The reservation presents a single question based upon the finding of the Commissioner — whether the injury to Marchiatello arose out of his employment. An injury arises out of an employment when it occurs in the course of the employment and is the result of a risk involved in the employment or incident to it, or to the conditions under which it is required to be performed. The injury is thus a natural or necessary consequence or incident of the employment or of the conditions under which it is carried on.

Sometimes the employment will be found to directly cause the injury, but more often it arises out of the conditions incident to the employment. But in every case there must be apparent some causal connection between the injury and the employment or the conditions under which it is required to be performed, before the injury can be found to arise out of the employment. Jacquemin v. Turner Seymour Mfg. Co., 92 Conn. 382, 384, 103 A. 115; Robinson v. State, 93 Conn. 49, 52, 104 A. 491; Mann v. Glastonbury Knitting Co., 90 Conn. 116, 119, 96 A. 368.

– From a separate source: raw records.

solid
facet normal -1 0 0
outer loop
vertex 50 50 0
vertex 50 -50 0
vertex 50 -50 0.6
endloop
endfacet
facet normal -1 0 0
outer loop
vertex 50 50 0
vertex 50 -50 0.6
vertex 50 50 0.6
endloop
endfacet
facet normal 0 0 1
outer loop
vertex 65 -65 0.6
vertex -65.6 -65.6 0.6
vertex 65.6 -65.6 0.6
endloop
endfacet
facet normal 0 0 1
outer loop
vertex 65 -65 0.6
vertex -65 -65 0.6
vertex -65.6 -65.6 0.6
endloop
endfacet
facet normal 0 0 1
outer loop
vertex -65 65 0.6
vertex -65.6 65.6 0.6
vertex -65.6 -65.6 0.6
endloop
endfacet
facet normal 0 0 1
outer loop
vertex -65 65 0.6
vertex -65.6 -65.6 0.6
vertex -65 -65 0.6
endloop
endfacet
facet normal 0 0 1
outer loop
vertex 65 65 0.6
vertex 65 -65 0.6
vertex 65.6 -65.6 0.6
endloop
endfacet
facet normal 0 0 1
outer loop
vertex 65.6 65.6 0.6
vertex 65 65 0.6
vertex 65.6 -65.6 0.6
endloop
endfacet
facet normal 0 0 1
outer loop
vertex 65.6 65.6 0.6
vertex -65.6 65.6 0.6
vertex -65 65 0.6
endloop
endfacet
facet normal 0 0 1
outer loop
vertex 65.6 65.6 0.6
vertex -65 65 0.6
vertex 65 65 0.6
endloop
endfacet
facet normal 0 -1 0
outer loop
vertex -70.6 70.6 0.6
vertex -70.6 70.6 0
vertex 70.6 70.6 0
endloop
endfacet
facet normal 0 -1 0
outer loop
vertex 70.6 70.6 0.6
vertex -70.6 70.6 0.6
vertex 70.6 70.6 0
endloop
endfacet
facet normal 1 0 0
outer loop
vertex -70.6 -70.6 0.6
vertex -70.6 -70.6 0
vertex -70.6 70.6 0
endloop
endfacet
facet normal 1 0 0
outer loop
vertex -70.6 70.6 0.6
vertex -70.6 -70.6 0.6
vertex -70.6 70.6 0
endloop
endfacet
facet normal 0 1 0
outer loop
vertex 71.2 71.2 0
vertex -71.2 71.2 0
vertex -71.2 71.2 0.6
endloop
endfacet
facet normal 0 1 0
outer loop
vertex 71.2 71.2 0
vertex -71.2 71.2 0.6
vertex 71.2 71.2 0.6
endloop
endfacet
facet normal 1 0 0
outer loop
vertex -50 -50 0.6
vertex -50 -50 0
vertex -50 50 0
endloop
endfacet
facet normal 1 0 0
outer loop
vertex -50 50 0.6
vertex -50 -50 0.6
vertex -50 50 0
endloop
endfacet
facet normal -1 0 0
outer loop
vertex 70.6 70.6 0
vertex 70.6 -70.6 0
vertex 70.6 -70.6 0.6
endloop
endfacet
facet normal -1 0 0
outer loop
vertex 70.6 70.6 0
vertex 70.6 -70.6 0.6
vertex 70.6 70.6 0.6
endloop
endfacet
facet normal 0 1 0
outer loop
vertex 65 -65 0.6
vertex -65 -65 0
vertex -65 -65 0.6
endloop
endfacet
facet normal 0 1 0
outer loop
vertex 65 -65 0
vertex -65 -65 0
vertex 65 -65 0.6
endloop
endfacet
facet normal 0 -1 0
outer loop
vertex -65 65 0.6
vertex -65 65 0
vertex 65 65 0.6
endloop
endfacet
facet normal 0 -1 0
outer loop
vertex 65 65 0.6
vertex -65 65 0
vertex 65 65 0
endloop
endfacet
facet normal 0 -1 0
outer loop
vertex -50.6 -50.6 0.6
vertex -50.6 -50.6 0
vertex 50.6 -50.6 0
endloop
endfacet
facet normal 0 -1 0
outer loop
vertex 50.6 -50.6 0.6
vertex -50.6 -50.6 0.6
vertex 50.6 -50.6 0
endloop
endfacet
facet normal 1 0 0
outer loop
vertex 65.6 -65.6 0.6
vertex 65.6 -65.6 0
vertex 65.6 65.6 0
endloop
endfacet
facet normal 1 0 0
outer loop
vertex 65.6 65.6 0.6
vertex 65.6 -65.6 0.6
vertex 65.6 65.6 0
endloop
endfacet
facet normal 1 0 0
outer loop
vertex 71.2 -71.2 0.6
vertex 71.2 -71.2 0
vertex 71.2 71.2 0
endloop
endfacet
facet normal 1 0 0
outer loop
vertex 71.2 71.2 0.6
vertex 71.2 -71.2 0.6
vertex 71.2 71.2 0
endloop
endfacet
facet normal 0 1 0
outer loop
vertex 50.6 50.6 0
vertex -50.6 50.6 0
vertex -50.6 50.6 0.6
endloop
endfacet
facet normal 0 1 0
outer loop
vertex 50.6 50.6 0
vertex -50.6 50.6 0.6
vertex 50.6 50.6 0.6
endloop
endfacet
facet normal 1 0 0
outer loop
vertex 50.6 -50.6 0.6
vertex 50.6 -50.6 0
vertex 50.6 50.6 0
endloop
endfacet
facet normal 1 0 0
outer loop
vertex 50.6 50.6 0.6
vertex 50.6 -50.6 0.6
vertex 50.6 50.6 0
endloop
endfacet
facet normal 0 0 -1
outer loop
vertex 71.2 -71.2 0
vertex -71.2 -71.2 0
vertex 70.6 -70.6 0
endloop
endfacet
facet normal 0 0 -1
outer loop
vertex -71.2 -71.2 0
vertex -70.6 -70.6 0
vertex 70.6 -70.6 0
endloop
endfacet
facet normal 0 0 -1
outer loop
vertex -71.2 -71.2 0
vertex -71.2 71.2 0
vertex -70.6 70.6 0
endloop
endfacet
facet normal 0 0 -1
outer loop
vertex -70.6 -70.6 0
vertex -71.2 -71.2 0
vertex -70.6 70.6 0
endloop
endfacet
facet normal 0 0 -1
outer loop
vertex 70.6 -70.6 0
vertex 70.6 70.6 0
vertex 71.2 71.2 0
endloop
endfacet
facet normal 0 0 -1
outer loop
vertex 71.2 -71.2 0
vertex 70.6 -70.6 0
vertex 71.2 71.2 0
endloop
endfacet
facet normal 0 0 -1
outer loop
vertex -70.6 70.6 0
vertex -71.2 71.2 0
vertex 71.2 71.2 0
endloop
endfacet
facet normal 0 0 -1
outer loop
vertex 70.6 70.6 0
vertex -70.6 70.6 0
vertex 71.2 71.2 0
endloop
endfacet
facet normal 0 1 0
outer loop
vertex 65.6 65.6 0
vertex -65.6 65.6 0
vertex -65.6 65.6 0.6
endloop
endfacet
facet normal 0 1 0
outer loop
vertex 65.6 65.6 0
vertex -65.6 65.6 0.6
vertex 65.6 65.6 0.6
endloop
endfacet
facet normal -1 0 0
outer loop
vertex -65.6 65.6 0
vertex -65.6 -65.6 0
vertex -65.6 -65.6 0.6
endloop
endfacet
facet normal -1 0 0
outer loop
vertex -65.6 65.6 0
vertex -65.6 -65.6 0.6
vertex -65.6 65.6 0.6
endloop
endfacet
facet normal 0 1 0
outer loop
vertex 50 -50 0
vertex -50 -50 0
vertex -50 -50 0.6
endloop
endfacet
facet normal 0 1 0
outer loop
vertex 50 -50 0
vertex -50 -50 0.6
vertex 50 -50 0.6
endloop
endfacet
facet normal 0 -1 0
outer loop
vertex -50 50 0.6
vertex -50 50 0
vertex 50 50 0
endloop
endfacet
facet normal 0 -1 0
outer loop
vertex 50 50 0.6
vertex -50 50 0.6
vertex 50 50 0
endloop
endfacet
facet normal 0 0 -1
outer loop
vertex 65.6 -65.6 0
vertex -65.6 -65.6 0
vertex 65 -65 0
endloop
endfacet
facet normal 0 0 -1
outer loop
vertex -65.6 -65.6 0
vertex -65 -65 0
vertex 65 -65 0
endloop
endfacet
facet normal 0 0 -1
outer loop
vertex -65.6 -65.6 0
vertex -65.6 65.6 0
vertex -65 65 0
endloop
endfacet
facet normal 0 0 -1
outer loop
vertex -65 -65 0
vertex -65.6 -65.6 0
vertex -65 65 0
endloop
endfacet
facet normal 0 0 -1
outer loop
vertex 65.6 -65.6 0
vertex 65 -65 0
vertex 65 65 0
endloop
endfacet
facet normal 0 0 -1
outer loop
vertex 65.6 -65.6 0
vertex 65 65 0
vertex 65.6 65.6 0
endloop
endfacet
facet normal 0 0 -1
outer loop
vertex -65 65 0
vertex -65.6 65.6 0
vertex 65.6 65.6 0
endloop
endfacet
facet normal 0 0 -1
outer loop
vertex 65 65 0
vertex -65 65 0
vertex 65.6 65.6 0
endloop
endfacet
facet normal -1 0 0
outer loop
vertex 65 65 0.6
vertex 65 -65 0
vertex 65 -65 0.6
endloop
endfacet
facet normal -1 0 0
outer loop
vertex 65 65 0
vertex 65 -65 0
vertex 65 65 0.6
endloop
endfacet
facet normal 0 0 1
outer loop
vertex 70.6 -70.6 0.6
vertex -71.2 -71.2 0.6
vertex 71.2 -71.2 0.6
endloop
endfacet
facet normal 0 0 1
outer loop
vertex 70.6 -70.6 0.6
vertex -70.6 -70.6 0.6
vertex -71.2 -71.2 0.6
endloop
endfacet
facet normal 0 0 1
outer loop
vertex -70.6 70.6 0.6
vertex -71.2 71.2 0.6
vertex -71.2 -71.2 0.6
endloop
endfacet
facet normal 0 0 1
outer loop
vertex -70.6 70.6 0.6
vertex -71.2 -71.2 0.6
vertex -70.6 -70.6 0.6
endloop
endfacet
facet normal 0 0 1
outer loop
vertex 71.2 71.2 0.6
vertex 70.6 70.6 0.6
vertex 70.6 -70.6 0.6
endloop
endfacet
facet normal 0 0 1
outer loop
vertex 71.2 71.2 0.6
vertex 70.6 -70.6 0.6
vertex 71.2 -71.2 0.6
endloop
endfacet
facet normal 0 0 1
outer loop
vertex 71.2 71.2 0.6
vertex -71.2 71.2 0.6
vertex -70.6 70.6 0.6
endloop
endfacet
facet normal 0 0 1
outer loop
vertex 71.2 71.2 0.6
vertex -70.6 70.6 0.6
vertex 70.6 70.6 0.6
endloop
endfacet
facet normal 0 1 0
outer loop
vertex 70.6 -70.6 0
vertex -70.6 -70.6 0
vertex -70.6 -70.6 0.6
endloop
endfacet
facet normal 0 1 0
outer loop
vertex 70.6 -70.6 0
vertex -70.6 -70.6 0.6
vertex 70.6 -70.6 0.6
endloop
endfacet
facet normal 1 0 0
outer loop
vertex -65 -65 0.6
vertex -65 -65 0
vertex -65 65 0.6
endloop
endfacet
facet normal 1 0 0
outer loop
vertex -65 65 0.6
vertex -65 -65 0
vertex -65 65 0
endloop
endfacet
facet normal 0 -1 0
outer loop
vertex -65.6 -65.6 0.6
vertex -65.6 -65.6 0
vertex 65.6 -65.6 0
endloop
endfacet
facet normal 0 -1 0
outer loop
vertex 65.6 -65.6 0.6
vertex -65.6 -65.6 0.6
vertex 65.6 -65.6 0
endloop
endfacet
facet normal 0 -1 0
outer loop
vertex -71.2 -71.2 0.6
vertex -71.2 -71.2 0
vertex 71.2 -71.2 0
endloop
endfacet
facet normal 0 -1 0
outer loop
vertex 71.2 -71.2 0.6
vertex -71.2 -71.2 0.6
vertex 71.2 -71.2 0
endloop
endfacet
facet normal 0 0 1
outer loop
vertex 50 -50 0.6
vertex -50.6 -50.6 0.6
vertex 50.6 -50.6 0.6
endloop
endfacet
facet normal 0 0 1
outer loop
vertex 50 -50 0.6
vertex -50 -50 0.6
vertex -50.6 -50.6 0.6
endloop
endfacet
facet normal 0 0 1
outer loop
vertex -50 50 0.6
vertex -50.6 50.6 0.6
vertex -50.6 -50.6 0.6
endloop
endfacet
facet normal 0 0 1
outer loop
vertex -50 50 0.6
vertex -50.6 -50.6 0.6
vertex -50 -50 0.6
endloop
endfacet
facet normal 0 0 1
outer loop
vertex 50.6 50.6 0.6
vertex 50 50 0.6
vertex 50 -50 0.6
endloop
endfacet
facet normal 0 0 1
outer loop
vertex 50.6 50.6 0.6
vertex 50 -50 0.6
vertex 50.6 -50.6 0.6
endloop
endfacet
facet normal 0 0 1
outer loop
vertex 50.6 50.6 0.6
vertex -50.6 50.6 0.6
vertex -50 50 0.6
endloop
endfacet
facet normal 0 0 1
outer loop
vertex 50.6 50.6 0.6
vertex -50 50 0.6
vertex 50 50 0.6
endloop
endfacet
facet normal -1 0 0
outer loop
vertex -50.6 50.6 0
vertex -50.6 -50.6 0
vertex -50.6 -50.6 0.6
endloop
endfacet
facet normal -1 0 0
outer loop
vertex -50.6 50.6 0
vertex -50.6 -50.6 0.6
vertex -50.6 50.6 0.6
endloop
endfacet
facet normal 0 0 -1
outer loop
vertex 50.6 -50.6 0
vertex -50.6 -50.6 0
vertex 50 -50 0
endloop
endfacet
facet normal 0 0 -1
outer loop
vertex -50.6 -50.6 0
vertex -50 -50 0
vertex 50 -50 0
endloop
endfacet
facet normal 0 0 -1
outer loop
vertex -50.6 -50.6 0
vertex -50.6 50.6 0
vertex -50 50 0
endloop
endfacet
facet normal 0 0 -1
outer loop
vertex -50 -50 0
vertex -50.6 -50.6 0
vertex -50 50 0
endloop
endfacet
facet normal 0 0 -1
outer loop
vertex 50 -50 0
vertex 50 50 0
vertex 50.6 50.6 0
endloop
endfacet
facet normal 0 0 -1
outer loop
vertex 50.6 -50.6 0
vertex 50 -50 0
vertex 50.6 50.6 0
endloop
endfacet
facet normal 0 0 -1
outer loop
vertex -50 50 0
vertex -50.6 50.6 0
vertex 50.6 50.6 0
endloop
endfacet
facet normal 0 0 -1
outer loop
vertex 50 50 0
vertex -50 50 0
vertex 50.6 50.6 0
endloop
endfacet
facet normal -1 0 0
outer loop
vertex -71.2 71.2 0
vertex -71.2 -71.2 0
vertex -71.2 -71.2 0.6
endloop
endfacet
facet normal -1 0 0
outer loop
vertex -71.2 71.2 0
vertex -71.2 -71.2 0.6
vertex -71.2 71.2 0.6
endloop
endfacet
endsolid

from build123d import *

# Parameters (mm, degrees)
F0_W     = 142.4
F0_H     = 142.4
F0_W_2   = 141.2
F0_H_2   = 141.2
F1_DEPTH = 0.6
F0_W_3   = 101.2
F0_H_3   = 101.2
F0_W_4   = 100
F0_H_4   = 100
F0_W_5   = 131.2
F0_H_5   = 131.2
F0_W_6   = 130
F0_H_6   = 130


with BuildPart() as f1:
    # F0 (on Top) → F1 (new body)
    with BuildSketch(Plane.XY):
        Rectangle(F0_W, F0_H)
        Rectangle(F0_W_2, F0_H_2, mode=Mode.SUBTRACT)
    extrude(amount=F1_DEPTH)


with BuildPart() as f1b:
    # F0 (on Top) → F1, piece 2 (new body)
    with BuildSketch(Plane.XY):
        Rectangle(F0_W_3, F0_H_3)
        Rectangle(F0_W_4, F0_H_4, mode=Mode.SUBTRACT)
    extrude(amount=F1_DEPTH)


with BuildPart() as f1c:
    # F0 (on Top) → F1, piece 3 (new body)
    with BuildSketch(Plane.XY):
        Rectangle(F0_W_5, F0_H_5)
        Rectangle(F0_W_6, F0_H_6, mode=Mode.SUBTRACT)
    extrude(amount=F1_DEPTH)


solid = Compound([f1.part, f1b.part, f1c.part])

If an employer knows or ought to know that an instrumentality of his business may cause injury to his employees, or that one of his employees is likely to cause injury to a fellow-employee, and injury results in consequence of the condition of the instrumentality, or of the character or habits of the employee, the injury results from a risk arising out of the conditions in which the employment is carried on, and hence arises out of the employment. The cases immediately in point are not numerous. An injury to an employee by a fellow-employee when drunk and known by the employer to be liable to get in this condition and at such times to be dangerous, was held to arise out of the employment. McNicol's Case, 215 Mass. 497, 102 N.E. 697. An injury from the bite of a cat habitually kept in the place of employment was held to arise out of the employment. Rowland v. Wright, L.R. (1909) 1 K.B.D. 963. An injury to an employee caused by the throwing, in sport and mischief, of sash pins by a fellow-workman — a practice known to the employer and not stopped — was held to be a risk of the employment as it was conducted. State ex rel. Johnson S. D. Co. v. District Court, 140 Minn. 75, 167 N.W. 283.

The sport and mischief of one employee resulting in injury to a fellow-employee cannot be held to be a risk of the employment unless the employer has knowledge or the means of knowledge of the practice, and has failed to stop it. The watchman was required to perform his duties under the existing conditions of the employment, which were the presence of a boy and a pistol where the watchman was obliged to work, the knowledge of the boy that the pistol was in plain view and at hand, and the knowledge of the employer that the boy was liable to handle the pistol and to cause it to go off. The placing of the pistol out of the sight of the curious boy was within the power of the employer. By his failure to exercise such control, the pistol in the place in which Cote found it became one of the conditions under which the watchman was required to work, and while pursuing his work he was hit by a bullet from the pistol while in the hands of this boy. The injury was a consequence of this condition, and hence resulted from a risk of the employment and arose out of it.

The Superior Court is advised that the injury to the deceased arose out of his employment, and is directed to remand the case to the commissioner with instruction to make an award in favor of the plaintiff in accordance with this opinion.